(Collected data entries)
□ □ □

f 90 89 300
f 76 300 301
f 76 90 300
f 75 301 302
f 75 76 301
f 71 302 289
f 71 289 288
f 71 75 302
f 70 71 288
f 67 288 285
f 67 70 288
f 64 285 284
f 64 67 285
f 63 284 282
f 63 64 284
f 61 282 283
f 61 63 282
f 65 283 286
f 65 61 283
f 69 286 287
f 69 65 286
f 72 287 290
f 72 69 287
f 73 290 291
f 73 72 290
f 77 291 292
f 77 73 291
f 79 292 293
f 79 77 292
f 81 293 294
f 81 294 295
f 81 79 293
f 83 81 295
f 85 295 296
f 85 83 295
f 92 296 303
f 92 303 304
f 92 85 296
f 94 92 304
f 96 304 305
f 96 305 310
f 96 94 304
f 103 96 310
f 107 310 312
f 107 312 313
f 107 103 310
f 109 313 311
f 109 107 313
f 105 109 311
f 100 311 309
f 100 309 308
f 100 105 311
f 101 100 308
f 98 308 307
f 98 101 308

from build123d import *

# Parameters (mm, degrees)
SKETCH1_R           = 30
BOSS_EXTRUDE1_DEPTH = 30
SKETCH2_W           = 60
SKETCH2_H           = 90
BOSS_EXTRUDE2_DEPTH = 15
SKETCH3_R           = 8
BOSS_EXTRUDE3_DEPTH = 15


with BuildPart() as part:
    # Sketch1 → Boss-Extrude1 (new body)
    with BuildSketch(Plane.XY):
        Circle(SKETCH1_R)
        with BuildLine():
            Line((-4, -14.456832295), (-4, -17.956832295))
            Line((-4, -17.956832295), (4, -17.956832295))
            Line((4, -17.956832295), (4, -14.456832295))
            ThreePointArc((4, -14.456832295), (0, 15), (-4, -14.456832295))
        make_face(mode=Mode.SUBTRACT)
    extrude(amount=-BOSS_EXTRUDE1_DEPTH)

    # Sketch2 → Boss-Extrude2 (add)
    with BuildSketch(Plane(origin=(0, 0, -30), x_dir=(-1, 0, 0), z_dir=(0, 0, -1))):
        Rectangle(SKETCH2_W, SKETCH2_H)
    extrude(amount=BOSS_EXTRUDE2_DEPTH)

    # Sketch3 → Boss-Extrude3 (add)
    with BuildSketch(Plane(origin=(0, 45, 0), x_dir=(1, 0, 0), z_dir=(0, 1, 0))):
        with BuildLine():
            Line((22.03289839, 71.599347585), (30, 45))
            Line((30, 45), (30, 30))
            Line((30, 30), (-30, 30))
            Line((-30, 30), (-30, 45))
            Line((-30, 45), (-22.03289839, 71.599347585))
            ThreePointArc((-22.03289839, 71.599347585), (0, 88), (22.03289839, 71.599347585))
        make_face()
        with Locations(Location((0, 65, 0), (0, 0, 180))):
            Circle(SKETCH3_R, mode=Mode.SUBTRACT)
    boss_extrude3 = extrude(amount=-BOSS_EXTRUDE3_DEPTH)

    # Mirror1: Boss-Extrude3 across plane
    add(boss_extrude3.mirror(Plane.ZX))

□ □ □

What needs to be done =
Lines from the first one above through the line containing "# Mirror1: Boss-Extrude3 across plane" are to be retyped exactly, both included, and nothing more.

Your solution =
f 90 89 300
f 76 300 301
f 76 90 300
f 75 301 302
f 75 76 301
f 71 302 289
f 71 289 288
f 71 75 302
f 70 71 288
f 67 288 285
f 67 70 288
f 64 285 284
f 64 67 285
f 63 284 282
f 63 64 284
f 61 282 283
f 61 63 282
f 65 283 286
f 65 61 283
f 69 286 287
f 69 65 286
f 72 287 290
f 72 69 287
f 73 290 291
f 73 72 290
f 77 291 292
f 77 73 291
f 79 292 293
f 79 77 292
f 81 293 294
f 81 294 295
f 81 79 293
f 83 81 295
f 85 295 296
f 85 83 295
f 92 296 303
f 92 303 304
f 92 85 296
f 94 92 304
f 96 304 305
f 96 305 310
f 96 94 304
f 103 96 310
f 107 310 312
f 107 312 313
f 107 103 310
f 109 313 311
f 109 107 313
f 105 109 311
f 100 311 309
f 100 309 308
f 100 105 311
f 101 100 308
f 98 308 307
f 98 101 308

from build123d import *

# Parameters (mm, degrees)
SKETCH1_R           = 30
BOSS_EXTRUDE1_DEPTH = 30
SKETCH2_W           = 60
SKETCH2_H           = 90
BOSS_EXTRUDE2_DEPTH = 15
SKETCH3_R           = 8
BOSS_EXTRUDE3_DEPTH = 15


with BuildPart() as part:
    # Sketch1 → Boss-Extrude1 (new body)
    with BuildSketch(Plane.XY):
        Circle(SKETCH1_R)
        with BuildLine():
            Line((-4, -14.456832295), (-4, -17.956832295))
            Line((-4, -17.956832295), (4, -17.956832295))
            Line((4, -17.956832295), (4, -14.456832295))
            ThreePointArc((4, -14.456832295), (0, 15), (-4, -14.456832295))
        make_face(mode=Mode.SUBTRACT)
    extrude(amount=-BOSS_EXTRUDE1_DEPTH)

    # Sketch2 → Boss-Extrude2 (add)
    with BuildSketch(Plane(origin=(0, 0, -30), x_dir=(-1, 0, 0), z_dir=(0, 0, -1))):
        Rectangle(SKETCH2_W, SKETCH2_H)
    extrude(amount=BOSS_EXTRUDE2_DEPTH)

    # Sketch3 → Boss-Extrude3 (add)
    with BuildSketch(Plane(origin=(0, 45, 0), x_dir=(1, 0, 0), z_dir=(0, 1, 0))):
        with BuildLine():
            Line((22.03289839, 71.599347585), (30, 45))
            Line((30, 45), (30, 30))
            Line((30, 30), (-30, 30))
            Line((-30, 30), (-30, 45))
            Line((-30, 45), (-22.03289839, 71.599347585))
            ThreePointArc((-22.03289839, 71.599347585), (0, 88), (22.03289839, 71.599347585))
        make_face()
        with Locations(Location((0, 65, 0), (0, 0, 180))):
            Circle(SKETCH3_R, mode=Mode.SUBTRACT)
    boss_extrude3 = extrude(amount=-BOSS_EXTRUDE3_DEPTH)

    # Mirror1: Boss-Extrude3 across plane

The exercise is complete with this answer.